Reputation: 12743
I am integrating a merchant with our application. The merchant provides us with JKS, KEY, PEM and P12 file along with Certificate Password.
In the development server, the integration works with JKS certificate and Certificate Password which is implemented using HttpsURLConnection
.
SSLContext sc = SSLContext.getInstance("TLSv1.2");
KeyManagerFactory kmf;
KeyStore ks;
char[] passphrase = keystore_password.toCharArray();
kmf = KeyManagerFactory.getInstance("SunX509");
ks = KeyStore.getInstance("JKS");
ks.load(new FileInputStream(keystore_path), passphrase);
kmf.init(ks, passphrase);
sc.init(kmf.getKeyManagers(), trustAllCerts, new SecureRandom());
HttpsURLConnection.setDefaultSSLSocketFactory(sc.getSocketFactory());
HostnameVerifier hv = new HostnameVerifier() {
@Override
public boolean verify(String urlHostName, SSLSession session) {
if (!urlHostName.equalsIgnoreCase(session.getPeerHost())) {
logger.warn("Warning: URL host ' " + urlHostName + " ' is different to SSLSession host ' "
+ urlHostName + " '");
}
return true;
}
};
In the upper environment, the Tomcat is in DMZ Zone and interact external world via the Nginx only.
The tomcat request Nginx server with actual URL in a header and the header is parsed by Nginx and forward the request to URL and render the response to tomcat.
Question
How do I forward the request with credential via Nginx to merchant?
Upvotes: 0
Views: 2323
Reputation: 38990
You can't "forward" it.

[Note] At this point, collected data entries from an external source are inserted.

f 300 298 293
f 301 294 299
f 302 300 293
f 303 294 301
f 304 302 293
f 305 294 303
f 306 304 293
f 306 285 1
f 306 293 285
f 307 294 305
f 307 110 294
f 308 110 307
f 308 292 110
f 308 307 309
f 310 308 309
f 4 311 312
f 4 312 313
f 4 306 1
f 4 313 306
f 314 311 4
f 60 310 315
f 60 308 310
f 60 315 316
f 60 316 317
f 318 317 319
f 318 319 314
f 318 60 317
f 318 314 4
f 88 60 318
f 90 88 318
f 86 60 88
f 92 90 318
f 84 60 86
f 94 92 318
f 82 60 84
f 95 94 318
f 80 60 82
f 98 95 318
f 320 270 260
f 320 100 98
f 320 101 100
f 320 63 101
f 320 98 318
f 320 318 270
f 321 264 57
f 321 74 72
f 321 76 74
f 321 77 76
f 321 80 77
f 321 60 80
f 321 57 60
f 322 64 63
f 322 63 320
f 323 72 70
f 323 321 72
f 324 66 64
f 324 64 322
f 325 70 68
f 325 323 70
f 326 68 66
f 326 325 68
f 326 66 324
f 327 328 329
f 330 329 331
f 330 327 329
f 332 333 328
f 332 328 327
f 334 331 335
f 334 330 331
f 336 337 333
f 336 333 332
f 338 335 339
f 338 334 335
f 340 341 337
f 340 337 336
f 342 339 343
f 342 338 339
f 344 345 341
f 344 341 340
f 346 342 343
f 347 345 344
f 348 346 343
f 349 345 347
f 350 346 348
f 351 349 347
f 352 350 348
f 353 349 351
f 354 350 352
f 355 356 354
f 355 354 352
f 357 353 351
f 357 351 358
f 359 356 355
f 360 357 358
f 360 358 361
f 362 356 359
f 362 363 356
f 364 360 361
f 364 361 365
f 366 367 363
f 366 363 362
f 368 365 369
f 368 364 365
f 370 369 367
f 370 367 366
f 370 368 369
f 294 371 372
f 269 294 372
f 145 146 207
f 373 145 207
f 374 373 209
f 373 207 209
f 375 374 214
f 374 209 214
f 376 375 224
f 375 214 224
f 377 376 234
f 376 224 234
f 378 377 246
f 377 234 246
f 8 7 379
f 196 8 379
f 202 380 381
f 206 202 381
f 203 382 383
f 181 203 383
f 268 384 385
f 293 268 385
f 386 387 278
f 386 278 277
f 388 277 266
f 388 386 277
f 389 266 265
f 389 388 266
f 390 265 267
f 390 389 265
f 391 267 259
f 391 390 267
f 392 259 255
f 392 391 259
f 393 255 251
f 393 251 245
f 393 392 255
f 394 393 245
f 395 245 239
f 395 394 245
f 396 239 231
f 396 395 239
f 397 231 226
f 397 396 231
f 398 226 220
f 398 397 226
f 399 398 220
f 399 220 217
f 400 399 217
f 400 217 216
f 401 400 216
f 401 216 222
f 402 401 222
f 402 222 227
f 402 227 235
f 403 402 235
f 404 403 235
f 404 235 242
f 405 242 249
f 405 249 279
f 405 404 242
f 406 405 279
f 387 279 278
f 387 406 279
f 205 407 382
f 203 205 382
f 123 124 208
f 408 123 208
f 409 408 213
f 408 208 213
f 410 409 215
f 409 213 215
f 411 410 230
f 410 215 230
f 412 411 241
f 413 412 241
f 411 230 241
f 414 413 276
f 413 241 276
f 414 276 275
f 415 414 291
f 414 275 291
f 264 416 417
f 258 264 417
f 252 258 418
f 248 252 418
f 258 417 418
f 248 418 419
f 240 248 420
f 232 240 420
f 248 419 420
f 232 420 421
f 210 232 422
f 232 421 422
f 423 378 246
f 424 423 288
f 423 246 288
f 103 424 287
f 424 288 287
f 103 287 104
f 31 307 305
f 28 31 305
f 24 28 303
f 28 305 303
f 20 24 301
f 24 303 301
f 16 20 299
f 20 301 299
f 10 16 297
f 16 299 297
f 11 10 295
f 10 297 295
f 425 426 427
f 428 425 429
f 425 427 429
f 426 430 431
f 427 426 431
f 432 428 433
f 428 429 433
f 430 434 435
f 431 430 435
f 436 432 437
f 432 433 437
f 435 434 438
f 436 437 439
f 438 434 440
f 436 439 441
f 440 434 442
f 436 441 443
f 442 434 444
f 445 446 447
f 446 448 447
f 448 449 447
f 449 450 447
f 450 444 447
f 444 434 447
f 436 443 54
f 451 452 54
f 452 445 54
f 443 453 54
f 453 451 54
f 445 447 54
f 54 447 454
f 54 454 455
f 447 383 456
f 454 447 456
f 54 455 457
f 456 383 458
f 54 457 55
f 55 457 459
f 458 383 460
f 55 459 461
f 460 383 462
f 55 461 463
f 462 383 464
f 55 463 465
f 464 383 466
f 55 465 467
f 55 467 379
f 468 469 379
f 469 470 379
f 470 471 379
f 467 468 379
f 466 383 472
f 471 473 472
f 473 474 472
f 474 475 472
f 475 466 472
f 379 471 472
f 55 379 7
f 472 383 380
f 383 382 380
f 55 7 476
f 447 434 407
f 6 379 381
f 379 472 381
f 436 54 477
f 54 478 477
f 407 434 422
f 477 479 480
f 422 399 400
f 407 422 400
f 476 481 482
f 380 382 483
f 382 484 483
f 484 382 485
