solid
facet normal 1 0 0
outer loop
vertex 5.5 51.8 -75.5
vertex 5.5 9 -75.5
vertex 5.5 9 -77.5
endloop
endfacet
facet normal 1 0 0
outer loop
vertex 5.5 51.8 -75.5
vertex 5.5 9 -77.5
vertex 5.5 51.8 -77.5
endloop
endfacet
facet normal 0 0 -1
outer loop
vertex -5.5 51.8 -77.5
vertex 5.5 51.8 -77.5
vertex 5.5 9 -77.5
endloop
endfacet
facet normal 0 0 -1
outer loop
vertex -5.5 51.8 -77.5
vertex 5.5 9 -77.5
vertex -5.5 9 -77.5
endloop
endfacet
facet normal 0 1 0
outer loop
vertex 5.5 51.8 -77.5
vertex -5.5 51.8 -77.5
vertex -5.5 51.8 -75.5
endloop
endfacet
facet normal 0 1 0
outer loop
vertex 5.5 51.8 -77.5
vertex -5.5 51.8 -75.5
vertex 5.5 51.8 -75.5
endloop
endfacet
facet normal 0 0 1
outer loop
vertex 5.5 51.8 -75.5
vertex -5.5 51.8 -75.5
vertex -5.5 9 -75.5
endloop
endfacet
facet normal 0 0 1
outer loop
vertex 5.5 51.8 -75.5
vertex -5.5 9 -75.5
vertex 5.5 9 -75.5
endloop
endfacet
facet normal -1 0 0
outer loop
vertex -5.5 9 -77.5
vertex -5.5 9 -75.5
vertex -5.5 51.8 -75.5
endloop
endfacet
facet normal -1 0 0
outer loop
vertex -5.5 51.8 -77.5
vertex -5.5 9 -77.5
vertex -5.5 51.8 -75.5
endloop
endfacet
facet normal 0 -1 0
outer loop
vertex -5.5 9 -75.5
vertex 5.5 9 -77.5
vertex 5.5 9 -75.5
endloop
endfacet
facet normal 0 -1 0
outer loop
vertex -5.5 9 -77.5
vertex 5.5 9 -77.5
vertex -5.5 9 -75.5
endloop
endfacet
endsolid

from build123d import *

# Parameters (mm, degrees)
SKETCH1_W                       = 39
SKETCH1_H                       = 155
BOSS_EXTRUDE1_DEPTH             = 2
BOSS_EXTRUDE2_DEPTH             = 58
SKETCH3_W                       = 2
SKETCH3_H                       = 2
BOSS_EXTRUDE3_DEPTH             = 58
SKETCH4_W                       = 2
SKETCH4_H                       = 2
BOSS_EXTRUDE4_DEPTH             = 151
SKETCH6_W                       = 35
SKETCH6_H                       = 2.2
CUT_EXTRUDE1_DEPTH              = 166.496978824
SKETCH7_W                       = 35
SKETCH7_H                       = 2.2
CUT_EXTRUDE2_DEPTH              = 99.744620107
SKETCH5_W                       = 31
SKETCH5_H                       = 2
BOSS_EXTRUDE5_DEPTH             = 2
BOSS_EXTRUDE6_REACH             = 101.932
SKETCH8_W                       = 2
SKETCH8_H                       = 2
BOSS_EXTRUDE6_DIRECTION_2_REACH = 101.932
SKETCH10_W                      = 2
SKETCH10_H                      = 2.2
SKETCH10_W_2                    = 2.2
SKETCH10_H_2                    = 2
BOSS_EXTRUDE8_DEPTH             = 2
SKETCH11_W                      = 2
SKETCH11_H                      = 2.2
SKETCH11_W_2                    = 2.2
SKETCH11_H_2                    = 2
BOSS_EXTRUDE9_DEPTH             = 2
FILLET2_R                       = 2.5
SKETCH14_W                      = 36.5
SKETCH14_H                      = 7.75
BOSS_EXTRUDE10_DEPTH            = 2
SKETCH13_W                      = 31
SKETCH13_H                      = 3
CUT_EXTRUDE4_DEPTH              = 2
FILLET3_R                       = 2
FILLET4_R                       = 0.5
SKETCH15_R                      = 5.1
CUT_EXTRUDE5_DEPTH              = 100.932477203
SKETCH16_R                      = 7.1
BOSS_EXTRUDE11_DEPTH            = 1
FILLET5_R                       = 0.5
FILLET7_R                       = 0.5
CUT_EXTRUDE6_DEPTH              = 100.932477263
CUT_EXTRUDE6_DEPTH_BACK         = 100.932477263
SKETCH18_W                      = 9
SKETCH18_H                      = 51
CUT_EXTRUDE7_DEPTH              = 100.078251902
CUT_EXTRUDE8_DEPTH              = 61.284741021
CUT_EXTRUDE8_DEPTH_BACK         = 61.284741021
SKETCH19_W                      = 11
SKETCH19_H                      = 8.2


with BuildPart() as part:
    # Sketch1 → Boss-Extrude1 (new body)
    with BuildSketch(Plane(origin=(0, 0, 0), x_dir=(1, 0, 0), z_dir=(0, 1, 0))):
        Rectangle(SKETCH1_W, SKETCH1_H)
    extrude(amount=BOSS_EXTRUDE1_DEPTH)

    # Sketch2 → Boss-Extrude2 (add)
    with BuildSketch(Plane(origin=(0, 2, 0), x_dir=(1, 0, 0), z_dir=(0, 1, 0))):
        Polygon((-17.5, -77.5), (-17.5, -75.5), (-17.5, 75.5), (17.5, 75.5), (17.5, -75.5), (17.5, -77.5), (19.5, -77.5), (19.5, 77.5), (-19.5, 77.5), (-19.5, -77.5), align=None)
    extrude(amount=BOSS_EXTRUDE2_DEPTH)

    # Sketch3 → Boss-Extrude3 (add)
    with BuildSketch(Plane(origin=(0, 2, 0), x_dir=(1, 0, 0), z_dir=(0, 1, 0))):
        with Locations((-16.5, -76.5)):
            Rectangle(SKETCH3_W, SKETCH3_H)
        with Locations((-16.5, -72.3)):
            Rectangle(SKETCH3_W, SKETCH3_H)
        with Locations((16.5, -76.5)):
            Rectangle(SKETCH3_W, SKETCH3_H)
        with Locations((16.5, -72.3)):
            Rectangle(SKETCH3_W, SKETCH3_H)
    extrude(amount=BOSS_EXTRUDE3_DEPTH)

    # Sketch4 → Boss-Extrude4 (add)
    with BuildSketch(Plane.XY.offset(-75.5)):
        with Locations((-16.5, 59)):
            Rectangle(SKETCH4_W, SKETCH4_H)
        Polygon((-15.5, 53.8), (-17.5, 51.8), (-17.5, 55.8), (-15.5, 55.8), align=None)
        Polygon((15.5, 55.8), (17.5, 55.8), (17.5, 51.8), (15.5, 53.8), align=None)
        with Locations((16.5, 59)):
            Rectangle(SKETCH4_W, SKETCH4_H)
    extrude(amount=BOSS_EXTRUDE4_DEPTH)

    # Sketch6 → Cut-Extrude1 (cut, through all)
    with BuildSketch(Plane.XY.offset(-75.5)):
        with Locations((0, 56.9)):
            Rectangle(SKETCH6_W, SKETCH6_H)
    extrude(amount=CUT_EXTRUDE1_DEPTH, mode=Mode.SUBTRACT)

    # Sketch7 → Cut-Extrude2 (cut, through all)
    with BuildSketch(Plane(origin=(0, 2, 0), x_dir=(1, 0, 0), z_dir=(0, 1, 0))):
        with Locations((0, -74.4)):
            Rectangle(SKETCH7_W, SKETCH7_H)
    extrude(amount=CUT_EXTRUDE2_DEPTH, mode=Mode.SUBTRACT)

    # Sketch5 → Boss-Extrude5 (add)
    with BuildSketch(Plane(origin=(0, 2, 0), x_dir=(1, 0, 0), z_dir=(0, 1, 0))):
        with Locations((0, -76.5)):
            Rectangle(SKETCH5_W, SKETCH5_H)
        with Locations((0, -72.3)):
            Rectangle(SKETCH5_W, SKETCH5_H)
    extrude(amount=BOSS_EXTRUDE5_DEPTH)

    # Boss-Extrude6: up to this face of the body (flat: up to its plane)
    boss_extrude6_end = Plane(part.part.faces().sort_by_distance((17.5, 26.9, -2.1))[0])
    # Sketch8 → Boss-Extrude6 (add, up to the picked face)
    with BuildSketch(Plane(origin=(0, 0, 0), x_dir=(0, 0, -1), z_dir=(1, 0, 0)), mode=Mode.PRIVATE) as boss_extrude6_sk1:
        with Locations((74.5, 59)):
            Rectangle(SKETCH8_W, SKETCH8_H)
    boss_extrude6_tool1 = split(extrude(boss_extrude6_sk1.sketch, amount=BOSS_EXTRUDE6_REACH, mode=Mode.PRIVATE), bisect_by=boss_extrude6_end, keep=Keep.BOTH, mode=Mode.PRIVATE)
    # Sketch8 → Boss-Extrude6 (add, up to the picked face)
    with BuildSketch(Plane(origin=(0, 0, 0), x_dir=(0, 0, -1), z_dir=(1, 0, 0)), mode=Mode.PRIVATE) as boss_extrude6_sk2:
        Polygon((75.5, 55.8), (73.5, 55.8), (73.5, 53.8), (75.5, 51.8), align=None)
    boss_extrude6_tool2 = split(extrude(boss_extrude6_sk2.sketch, amount=BOSS_EXTRUDE6_REACH, mode=Mode.PRIVATE), bisect_by=boss_extrude6_end, keep=Keep.BOTH, mode=Mode.PRIVATE)
    add(boss_extrude6_tool1.solids().sort_by(Axis((0, 59, -74.5), (1, 0, 0)))[0])
    add(boss_extrude6_tool2.solids().sort_by(Axis((0, 54.244444, -74.611111), (1, 0, 0)))[0])

    # Boss-Extrude6 direction 2: up to this face of the body (flat: up to its plane)
    boss_extrude6_direction_2_end = Plane(part.part.faces().sort_by_distance((-17.5, 26.9, -2.1))[0])
    # Sketch8 → Boss-Extrude6 direction 2 (add, up to the picked face)
    with BuildSketch(Plane(origin=(0, 0, 0), x_dir=(0, 0, -1), z_dir=(1, 0, 0)), mode=Mode.PRIVATE) as boss_extrude6_direction_2_sk1:
        with Locations((74.5, 59)):
            Rectangle(SKETCH8_W, SKETCH8_H)
    boss_extrude6_direction_2_tool1 = split(extrude(boss_extrude6_direction_2_sk1.sketch, amount=-BOSS_EXTRUDE6_DIRECTION_2_REACH, mode=Mode.PRIVATE), bisect_by=boss_extrude6_direction_2_end, keep=Keep.BOTH, mode=Mode.PRIVATE)
    # Sketch8 → Boss-Extrude6 direction 2 (add, up to the picked face)
    with BuildSketch(Plane(origin=(0, 0, 0), x_dir=(0, 0, -1), z_dir=(1, 0, 0)), mode=Mode.PRIVATE) as boss_extrude6_direction_2_sk2:
        Polygon((75.5, 55.8), (73.5, 55.8), (73.5, 53.8), (75.5, 51.8), align=None)
    boss_extrude6_direction_2_tool2 = split(extrude(boss_extrude6_direction_2_sk2.sketch, amount=-BOSS_EXTRUDE6_DIRECTION_2_REACH, mode=Mode.PRIVATE), bisect_by=boss_extrude6_direction_2_end, keep=Keep.BOTH, mode=Mode.PRIVATE)
    add(boss_extrude6_direction_2_tool1.solids().sort_by(Axis((0, 59, -74.5), (-1, 0, 0)))[0])
    add(boss_extrude6_direction_2_tool2.solids().sort_by(Axis((0, 54.244444, -74.611111), (-1, 0, 0)))[0])

    # Sketch10 → Boss-Extrude8 (add)
    with BuildSketch(Plane(origin=(-17.5, 0, 0), x_dir=(0, 0, -1), z_dir=(1, 0, 0))):
        with Locations((-76.5, 56.9)):
            Rectangle(SKETCH10_W, SKETCH10_H)
        with Locations((-74.4, 59)):
            Rectangle(SKETCH10_W_2, SKETCH10_H_2)
    extrude(amount=BOSS_EXTRUDE8_DEPTH)

    # Sketch11 → Boss-Extrude9 (add)
    with BuildSketch(Plane.ZY.offset(-17.5)):
        with Locations((76.5, 56.9)):
            Rectangle(SKETCH11_W, SKETCH11_H)
        with Locations((74.4, 59)):
            Rectangle(SKETCH11_W_2, SKETCH11_H_2)
    extrude(amount=BOSS_EXTRUDE9_DEPTH)

    # Fillet2
    fillet2_edges = [part.edges().sort_by_distance(p)[0] for p in [
        (-17.5, 26.9, 71.3),
        (17.5, 26.9, 71.3),
        (19.5, 30, 77.5),
        (-19.5, 30, 77.5),
        (-19.5, 30, -77.5),
        (-17.5, 26.9, -75.5),
        (17.5, 26.9, -75.5),
        (19.5, 30, -77.5),
        (19.5, 60, 0),
        (-19.5, 60, 0),
        (19.5, 0, 0),
        (-19.5, 0, 0),
        (0, 60, -77.5),
        (0, 0, 77.5),
        (0, 0, -77.5),
        (-17.5, 60, 77.5),
        (17.5, 60, 77.5),
    ]]
    fillet(fillet2_edges, radius=FILLET2_R)

    # Sketch14 → Boss-Extrude10 (add)
    with BuildSketch(Plane.XY.offset(-75.5)):
        with Locations((0, 5.125)):
            Rectangle(SKETCH14_W, SKETCH14_H)
    extrude(amount=BOSS_EXTRUDE10_DEPTH)

    # Sketch13 → Cut-Extrude4 (cut)
    with BuildSketch(Plane(origin=(0, 0, -77.5), x_dir=(-1, 0, 0), z_dir=(0, 0, -1))):
        with Locations((0, 5.5)):
            Rectangle(SKETCH13_W, SKETCH13_H)
    extrude(amount=-CUT_EXTRUDE4_DEPTH, mode=Mode.SUBTRACT)

    # Fillet3
    fillet3_edges = [part.edges().sort_by_distance(p)[0] for p in [
        (0, 9, -73.5),
    ]]
    fillet(fillet3_edges, radius=FILLET3_R - 0.0001)  # a hair under: the kernel refuses the full size

    # Fillet4
    fillet4_edges = [part.edges().sort_by_distance(p)[0] for p in [
        (15.5, 5.5, -75.5),
        (15.5, 4, -76.5),
        (0, 7, -75.5),
        (15.5, 7, -76.5),
        (-15.5, 5.5, -75.5),
        (-15.5, 7, -76.5),
        (0, 4, -75.5),
        (-15.5, 4, -76.5),
        (15.5, 5.5, -77.5),
        (0, 4, -77.5),
        (-15.5, 5.5, -77.5),
        (0, 7, -77.5),
    ]]
    fillet(fillet4_edges, radius=FILLET4_R)

    # Sketch15 → Cut-Extrude5 (cut, through all)
    with BuildSketch(Plane.XZ):
        with Locations(Location((0, 38.75, 0), (0, 0, 270))):
            Circle(SKETCH15_R)
        with Locations(Location((0, -38.75, 0), (0, 0, 270))):
            Circle(SKETCH15_R)
    extrude(amount=-CUT_EXTRUDE5_DEPTH, mode=Mode.SUBTRACT)

    # Sketch16 → Boss-Extrude11 (add)
    with BuildSketch(Plane(origin=(0, 2, 0), x_dir=(1, 0, 0), z_dir=(0, 1, 0))):
        with Locations(Location((0, 38.75, 0), (0, 0, 270))):
            Circle(SKETCH16_R)
        with Locations(Location((0, -38.75, 0), (0, 0, 270))):
            Circle(SKETCH16_R)
    extrude(amount=BOSS_EXTRUDE11_DEPTH)

    # Fillet5
    fillet5_edges = [part.edges().sort_by_distance(p)[0] for p in [
        (0, 2, -45.85),
        (0, 3, -45.85),
        (0, 2, 31.65),
        (0, 3, 31.65),
    ]]
    fillet(fillet5_edges, radius=FILLET5_R - 0.0001)  # a hair under: the kernel refuses the full size

    # Fillet7
    fillet7_edges = [part.edges().sort_by_distance(p)[0] for p in [
        (15.5, 60, 0.75),
        (0, 4, 77.5),
        (0, 60, -73.5),
        (-15.5, 60, 0.75),
        (-15.5, 30.75, 77.5),
        (-15.5, 59.267766953, 76.767766953),
        (15.5, 30.75, 77.5),
        (15.5, 59.267766953, 76.767766953),
    ]]
    fillet(fillet7_edges, radius=FILLET7_R)

    # Sketch17 → Cut-Extrude6 (cut, two sides: drawn at the far end of the back side and taken through both)
    with BuildSketch(Plane.XY.offset(-CUT_EXTRUDE6_DEPTH_BACK)):
        Polygon((19.5, 60), (14.5, 60), (14.5, 9), (0, 9), (0, 0), (19.5, 0), align=None)
        Polygon((-14.5, 60), (-19.5, 60), (-19.5, 0), (0, 0), (0, 9), (-14.5, 9), align=None)
    extrude(amount=CUT_EXTRUDE6_DEPTH + CUT_EXTRUDE6_DEPTH_BACK, mode=Mode.SUBTRACT)

    # Sketch18 → Cut-Extrude7 (cut, through all)
    with BuildSketch(Plane.XY):
        with Locations((-10, 34.5)):
            Rectangle(SKETCH18_W, SKETCH18_H)
        with Locations((10, 34.5)):
            Rectangle(SKETCH18_W, SKETCH18_H)
    extrude(amount=-CUT_EXTRUDE7_DEPTH, mode=Mode.SUBTRACT)

    # Sketch19 → Cut-Extrude8 (cut, two sides: drawn at the far end of the back side and taken through both)
    with BuildSketch(Plane.XY.offset(-75.5).offset(-CUT_EXTRUDE8_DEPTH_BACK)):
        with Locations((0, 55.9)):
            Rectangle(SKETCH19_W, SKETCH19_H)
    extrude(amount=CUT_EXTRUDE8_DEPTH + CUT_EXTRUDE8_DEPTH_BACK, mode=Mode.SUBTRACT)


solid = part.part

To process HTTP requests based on the contents of the header, nginx must decrypt the incoming data and re-encrypt the outgoing, modified data. Since the whole point of a security protocol like SSL/TLS is that nobody other than the authorized endpoints can see or alter the data, nginx must terminate the client-side SSL/TLS session itself and create a separate server-side SSL/TLS session over which the HTTP-level data is forwarded.
Thus to authenticate to the 'merchant' server, it is nginx that must be configured with the client certificate including chain cert(s) if applicable and matching privatekey, see http://nginx.org/en/docs/http/ngx_http_proxy_module.html#proxy_ssl_certificate et seq.
(If you didn't already have them, you could convert JKS to PKCS12 with keytool -importkeystore
and PKCS12 to PEM with openssl pkcs12
-- there are numerous existing Qs on both here and on other Stacks like superuser and serverfault.)
Whether the session from the (real) client to nginx is authenticated with the same cert, a different cert, or not authenticated with a cert at all, is up to the configuration of nginx.